TRY IT: Every line in the data below that includes "this" belongs in the answer, copied as it stands.

SOURCE MATERIAL:
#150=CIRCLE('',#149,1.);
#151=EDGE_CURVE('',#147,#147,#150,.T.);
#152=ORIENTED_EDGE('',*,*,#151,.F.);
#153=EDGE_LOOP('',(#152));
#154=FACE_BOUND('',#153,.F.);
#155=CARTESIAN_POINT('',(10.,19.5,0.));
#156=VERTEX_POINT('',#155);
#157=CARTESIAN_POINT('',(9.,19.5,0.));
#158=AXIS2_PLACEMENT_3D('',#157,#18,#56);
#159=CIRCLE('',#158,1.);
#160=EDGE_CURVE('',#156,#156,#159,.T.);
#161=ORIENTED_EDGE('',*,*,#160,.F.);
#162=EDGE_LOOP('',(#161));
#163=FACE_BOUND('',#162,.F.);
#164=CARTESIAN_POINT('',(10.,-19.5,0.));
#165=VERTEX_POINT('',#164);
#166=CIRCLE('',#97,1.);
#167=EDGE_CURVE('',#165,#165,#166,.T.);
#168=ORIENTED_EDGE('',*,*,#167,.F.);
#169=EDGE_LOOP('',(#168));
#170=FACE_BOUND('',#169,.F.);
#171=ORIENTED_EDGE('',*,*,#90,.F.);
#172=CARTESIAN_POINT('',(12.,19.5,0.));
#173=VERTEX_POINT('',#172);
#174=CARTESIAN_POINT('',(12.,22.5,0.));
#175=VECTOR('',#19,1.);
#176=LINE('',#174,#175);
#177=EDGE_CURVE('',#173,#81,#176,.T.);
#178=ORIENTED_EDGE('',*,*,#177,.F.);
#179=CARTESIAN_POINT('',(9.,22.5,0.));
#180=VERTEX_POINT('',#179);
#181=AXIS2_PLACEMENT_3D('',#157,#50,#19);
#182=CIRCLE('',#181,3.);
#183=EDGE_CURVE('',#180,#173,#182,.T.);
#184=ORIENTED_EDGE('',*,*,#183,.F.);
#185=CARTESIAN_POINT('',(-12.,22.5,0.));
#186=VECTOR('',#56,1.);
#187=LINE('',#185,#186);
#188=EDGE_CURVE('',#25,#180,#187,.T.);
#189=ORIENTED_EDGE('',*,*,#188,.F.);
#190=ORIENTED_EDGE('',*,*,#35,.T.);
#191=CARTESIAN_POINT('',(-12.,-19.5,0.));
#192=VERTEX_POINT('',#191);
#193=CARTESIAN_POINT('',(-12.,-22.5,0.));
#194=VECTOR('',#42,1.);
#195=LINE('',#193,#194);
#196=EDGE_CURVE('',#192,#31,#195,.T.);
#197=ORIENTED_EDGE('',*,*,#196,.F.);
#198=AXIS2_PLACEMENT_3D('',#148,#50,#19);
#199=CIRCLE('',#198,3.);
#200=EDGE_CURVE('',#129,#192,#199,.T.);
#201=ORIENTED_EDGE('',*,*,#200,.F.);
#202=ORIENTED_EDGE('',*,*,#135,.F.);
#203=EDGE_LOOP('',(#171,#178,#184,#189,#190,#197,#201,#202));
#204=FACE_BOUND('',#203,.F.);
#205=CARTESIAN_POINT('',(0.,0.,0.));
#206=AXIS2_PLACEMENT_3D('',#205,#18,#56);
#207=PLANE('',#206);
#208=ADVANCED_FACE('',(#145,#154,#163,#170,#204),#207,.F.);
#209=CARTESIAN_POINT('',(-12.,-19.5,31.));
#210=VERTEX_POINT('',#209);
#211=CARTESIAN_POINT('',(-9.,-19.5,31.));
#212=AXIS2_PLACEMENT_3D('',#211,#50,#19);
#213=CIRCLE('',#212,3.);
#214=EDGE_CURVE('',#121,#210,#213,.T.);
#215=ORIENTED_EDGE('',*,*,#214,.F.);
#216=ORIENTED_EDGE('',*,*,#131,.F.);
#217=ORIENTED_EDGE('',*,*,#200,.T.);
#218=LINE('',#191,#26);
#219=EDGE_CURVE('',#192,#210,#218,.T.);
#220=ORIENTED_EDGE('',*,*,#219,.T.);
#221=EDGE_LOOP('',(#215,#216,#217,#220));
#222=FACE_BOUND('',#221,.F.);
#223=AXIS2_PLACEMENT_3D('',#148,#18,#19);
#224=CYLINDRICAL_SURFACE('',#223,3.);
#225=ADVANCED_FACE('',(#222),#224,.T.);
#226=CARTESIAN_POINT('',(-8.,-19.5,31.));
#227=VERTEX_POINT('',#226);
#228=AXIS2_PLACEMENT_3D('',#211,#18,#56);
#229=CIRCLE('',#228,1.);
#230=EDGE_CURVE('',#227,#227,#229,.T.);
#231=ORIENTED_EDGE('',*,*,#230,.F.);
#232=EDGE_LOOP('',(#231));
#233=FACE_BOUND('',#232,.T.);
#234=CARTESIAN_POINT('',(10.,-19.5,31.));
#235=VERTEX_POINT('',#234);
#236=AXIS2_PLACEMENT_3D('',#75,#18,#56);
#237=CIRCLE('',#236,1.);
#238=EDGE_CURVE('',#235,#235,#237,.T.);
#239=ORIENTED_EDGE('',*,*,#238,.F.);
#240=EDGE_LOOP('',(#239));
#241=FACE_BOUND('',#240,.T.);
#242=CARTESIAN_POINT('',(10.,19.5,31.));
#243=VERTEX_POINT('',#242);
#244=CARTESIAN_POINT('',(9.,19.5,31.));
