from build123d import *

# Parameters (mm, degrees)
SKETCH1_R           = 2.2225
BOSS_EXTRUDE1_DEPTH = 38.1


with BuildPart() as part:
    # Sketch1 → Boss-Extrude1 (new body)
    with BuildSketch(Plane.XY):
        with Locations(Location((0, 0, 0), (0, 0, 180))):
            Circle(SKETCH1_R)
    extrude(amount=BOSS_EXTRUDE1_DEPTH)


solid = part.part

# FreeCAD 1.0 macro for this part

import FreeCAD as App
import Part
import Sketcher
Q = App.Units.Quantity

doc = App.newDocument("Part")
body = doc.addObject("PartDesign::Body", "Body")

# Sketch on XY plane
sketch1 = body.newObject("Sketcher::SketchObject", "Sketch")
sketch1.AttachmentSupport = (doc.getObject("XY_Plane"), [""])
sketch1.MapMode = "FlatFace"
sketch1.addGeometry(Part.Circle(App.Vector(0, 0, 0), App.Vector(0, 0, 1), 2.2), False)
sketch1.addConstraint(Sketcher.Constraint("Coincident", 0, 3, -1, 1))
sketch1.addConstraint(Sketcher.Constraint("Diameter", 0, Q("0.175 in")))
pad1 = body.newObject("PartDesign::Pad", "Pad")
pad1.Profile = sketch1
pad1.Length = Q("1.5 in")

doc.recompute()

---

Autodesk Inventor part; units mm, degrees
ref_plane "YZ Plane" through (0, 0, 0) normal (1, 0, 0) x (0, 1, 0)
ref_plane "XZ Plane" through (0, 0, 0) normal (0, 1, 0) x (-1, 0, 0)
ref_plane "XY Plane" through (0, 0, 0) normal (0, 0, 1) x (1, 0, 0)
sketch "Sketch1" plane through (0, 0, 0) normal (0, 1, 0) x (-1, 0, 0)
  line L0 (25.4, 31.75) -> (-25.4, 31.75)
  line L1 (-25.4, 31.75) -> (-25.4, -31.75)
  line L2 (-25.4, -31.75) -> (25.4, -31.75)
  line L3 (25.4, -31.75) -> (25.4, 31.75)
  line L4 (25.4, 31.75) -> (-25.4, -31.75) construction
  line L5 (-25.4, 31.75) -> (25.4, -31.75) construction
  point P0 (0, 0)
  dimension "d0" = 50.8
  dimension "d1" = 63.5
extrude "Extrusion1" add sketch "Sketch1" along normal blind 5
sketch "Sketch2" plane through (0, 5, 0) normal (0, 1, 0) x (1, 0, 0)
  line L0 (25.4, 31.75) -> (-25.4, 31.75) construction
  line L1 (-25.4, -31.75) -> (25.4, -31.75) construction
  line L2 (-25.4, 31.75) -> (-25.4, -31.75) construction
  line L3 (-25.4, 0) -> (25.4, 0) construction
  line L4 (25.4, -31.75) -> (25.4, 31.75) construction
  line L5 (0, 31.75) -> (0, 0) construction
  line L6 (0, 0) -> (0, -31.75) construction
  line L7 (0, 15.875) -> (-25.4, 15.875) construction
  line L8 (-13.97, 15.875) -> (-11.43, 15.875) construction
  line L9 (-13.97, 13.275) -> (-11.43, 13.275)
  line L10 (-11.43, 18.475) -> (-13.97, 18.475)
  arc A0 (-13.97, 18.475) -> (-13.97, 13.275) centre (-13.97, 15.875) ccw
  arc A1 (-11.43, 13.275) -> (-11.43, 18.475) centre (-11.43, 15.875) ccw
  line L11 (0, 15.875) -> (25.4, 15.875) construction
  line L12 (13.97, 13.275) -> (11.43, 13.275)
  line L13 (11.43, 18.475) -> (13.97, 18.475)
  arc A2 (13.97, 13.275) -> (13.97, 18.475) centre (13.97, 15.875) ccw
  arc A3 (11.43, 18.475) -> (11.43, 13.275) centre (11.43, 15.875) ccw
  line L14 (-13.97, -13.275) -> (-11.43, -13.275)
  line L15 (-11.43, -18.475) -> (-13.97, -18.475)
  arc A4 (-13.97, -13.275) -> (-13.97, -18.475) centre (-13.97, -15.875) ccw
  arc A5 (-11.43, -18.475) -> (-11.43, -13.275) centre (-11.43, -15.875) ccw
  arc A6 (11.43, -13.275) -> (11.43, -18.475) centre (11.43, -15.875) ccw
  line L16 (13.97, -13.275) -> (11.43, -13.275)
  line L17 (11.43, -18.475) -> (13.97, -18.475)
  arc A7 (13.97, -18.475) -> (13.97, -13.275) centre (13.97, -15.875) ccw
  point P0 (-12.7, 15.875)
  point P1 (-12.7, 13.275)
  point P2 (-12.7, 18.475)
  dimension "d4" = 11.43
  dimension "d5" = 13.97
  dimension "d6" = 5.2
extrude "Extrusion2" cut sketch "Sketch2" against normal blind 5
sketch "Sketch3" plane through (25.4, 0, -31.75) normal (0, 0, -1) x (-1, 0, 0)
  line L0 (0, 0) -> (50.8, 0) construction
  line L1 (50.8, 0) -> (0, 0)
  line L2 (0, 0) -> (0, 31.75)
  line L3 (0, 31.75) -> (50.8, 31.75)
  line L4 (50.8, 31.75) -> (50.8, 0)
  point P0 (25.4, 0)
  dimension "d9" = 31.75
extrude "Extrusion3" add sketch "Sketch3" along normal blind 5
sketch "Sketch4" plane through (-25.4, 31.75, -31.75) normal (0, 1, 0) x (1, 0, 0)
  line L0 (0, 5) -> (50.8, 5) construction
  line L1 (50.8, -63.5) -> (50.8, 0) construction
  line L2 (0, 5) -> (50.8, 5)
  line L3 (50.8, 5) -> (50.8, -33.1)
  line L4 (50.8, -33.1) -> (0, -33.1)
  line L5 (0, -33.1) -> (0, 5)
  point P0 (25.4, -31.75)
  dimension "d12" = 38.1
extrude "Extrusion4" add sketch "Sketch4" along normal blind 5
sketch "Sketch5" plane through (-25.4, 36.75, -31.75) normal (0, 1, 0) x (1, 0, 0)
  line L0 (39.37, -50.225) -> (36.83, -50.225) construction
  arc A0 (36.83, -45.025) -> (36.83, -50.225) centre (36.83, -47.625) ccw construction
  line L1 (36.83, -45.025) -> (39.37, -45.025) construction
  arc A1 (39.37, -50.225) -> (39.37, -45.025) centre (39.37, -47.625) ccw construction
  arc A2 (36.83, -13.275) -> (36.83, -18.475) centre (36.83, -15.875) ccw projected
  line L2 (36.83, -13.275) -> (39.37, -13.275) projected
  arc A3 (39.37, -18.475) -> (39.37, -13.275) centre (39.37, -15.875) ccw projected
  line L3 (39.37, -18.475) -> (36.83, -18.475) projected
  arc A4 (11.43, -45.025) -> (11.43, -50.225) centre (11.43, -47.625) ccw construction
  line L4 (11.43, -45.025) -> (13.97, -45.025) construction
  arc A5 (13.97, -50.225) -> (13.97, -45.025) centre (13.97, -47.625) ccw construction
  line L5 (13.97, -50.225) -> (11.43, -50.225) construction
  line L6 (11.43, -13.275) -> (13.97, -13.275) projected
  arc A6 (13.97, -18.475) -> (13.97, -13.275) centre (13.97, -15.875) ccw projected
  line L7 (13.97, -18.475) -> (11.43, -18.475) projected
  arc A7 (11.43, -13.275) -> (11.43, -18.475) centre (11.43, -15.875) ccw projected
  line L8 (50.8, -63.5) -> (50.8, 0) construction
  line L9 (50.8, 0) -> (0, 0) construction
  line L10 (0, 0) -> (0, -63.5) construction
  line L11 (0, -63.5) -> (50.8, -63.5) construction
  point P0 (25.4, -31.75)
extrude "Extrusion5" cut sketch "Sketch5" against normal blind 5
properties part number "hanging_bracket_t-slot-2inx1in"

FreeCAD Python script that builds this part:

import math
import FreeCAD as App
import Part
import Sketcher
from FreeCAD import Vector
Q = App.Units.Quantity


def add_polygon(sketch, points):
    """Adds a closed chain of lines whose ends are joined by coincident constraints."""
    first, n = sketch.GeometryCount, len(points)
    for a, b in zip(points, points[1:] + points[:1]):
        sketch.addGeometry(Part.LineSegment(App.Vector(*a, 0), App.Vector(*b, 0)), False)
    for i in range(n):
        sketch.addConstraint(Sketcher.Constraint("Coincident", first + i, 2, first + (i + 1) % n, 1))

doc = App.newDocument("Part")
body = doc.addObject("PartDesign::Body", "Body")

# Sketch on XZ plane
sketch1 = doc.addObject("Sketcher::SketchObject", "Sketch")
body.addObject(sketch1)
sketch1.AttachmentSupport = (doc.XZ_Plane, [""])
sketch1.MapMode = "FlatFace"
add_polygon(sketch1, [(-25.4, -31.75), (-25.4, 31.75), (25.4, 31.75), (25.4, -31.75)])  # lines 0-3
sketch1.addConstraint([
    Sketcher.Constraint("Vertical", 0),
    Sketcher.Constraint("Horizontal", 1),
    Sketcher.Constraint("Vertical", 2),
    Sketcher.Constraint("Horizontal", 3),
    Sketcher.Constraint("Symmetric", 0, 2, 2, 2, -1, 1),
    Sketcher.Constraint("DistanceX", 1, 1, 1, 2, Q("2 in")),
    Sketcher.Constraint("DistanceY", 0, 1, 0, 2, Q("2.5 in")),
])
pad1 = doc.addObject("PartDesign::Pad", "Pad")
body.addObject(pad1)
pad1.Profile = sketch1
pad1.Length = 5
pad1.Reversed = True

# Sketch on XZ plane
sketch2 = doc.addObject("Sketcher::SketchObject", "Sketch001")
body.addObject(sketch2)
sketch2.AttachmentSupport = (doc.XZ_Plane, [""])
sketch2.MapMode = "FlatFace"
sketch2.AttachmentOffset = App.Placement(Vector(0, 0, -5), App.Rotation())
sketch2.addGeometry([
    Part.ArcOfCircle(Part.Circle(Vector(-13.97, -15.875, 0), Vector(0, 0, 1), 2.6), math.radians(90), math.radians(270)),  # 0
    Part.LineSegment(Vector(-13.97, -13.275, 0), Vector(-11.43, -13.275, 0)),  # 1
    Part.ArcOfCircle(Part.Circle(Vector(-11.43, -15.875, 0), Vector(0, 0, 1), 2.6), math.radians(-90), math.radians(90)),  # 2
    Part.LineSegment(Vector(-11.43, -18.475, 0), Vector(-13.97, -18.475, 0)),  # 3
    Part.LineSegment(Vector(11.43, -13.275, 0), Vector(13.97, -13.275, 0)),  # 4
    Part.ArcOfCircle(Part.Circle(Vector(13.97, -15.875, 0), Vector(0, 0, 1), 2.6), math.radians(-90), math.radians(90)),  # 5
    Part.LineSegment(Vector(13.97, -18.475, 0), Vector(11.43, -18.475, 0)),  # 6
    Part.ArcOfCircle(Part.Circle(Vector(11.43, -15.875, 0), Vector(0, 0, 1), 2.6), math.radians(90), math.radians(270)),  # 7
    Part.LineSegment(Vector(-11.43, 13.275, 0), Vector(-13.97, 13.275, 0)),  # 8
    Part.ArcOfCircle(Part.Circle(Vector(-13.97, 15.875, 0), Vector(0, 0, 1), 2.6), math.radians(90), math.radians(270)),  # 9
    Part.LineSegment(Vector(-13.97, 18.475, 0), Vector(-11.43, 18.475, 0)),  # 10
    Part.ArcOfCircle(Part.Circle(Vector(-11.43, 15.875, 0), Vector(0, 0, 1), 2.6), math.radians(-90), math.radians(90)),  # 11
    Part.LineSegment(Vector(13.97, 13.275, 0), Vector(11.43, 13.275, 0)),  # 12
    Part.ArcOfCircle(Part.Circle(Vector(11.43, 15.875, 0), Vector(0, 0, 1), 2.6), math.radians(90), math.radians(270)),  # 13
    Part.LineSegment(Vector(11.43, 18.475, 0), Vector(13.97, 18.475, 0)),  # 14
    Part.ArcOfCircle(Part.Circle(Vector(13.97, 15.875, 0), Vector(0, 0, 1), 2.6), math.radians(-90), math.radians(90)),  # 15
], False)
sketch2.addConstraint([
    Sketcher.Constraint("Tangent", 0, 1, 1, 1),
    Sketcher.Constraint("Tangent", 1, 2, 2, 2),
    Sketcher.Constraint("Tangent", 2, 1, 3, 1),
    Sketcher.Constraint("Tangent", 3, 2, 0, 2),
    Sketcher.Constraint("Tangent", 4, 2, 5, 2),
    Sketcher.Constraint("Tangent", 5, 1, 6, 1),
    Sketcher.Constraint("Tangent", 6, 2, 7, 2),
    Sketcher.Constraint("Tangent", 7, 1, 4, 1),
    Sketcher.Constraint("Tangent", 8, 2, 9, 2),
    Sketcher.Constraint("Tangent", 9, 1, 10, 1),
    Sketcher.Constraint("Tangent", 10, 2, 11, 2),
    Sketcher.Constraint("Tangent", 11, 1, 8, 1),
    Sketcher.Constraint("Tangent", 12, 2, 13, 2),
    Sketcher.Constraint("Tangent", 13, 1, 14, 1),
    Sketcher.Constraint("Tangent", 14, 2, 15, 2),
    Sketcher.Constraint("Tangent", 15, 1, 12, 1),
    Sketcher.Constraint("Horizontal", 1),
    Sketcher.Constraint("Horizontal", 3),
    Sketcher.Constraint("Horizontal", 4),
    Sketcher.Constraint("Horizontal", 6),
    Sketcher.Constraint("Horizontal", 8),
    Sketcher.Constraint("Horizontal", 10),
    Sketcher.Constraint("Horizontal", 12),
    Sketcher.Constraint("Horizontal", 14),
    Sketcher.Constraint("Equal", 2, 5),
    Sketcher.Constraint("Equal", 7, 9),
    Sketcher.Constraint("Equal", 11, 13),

EXERCISE RESULT:
# FreeCAD 1.0 macro for this part
FreeCAD Python script that builds this part:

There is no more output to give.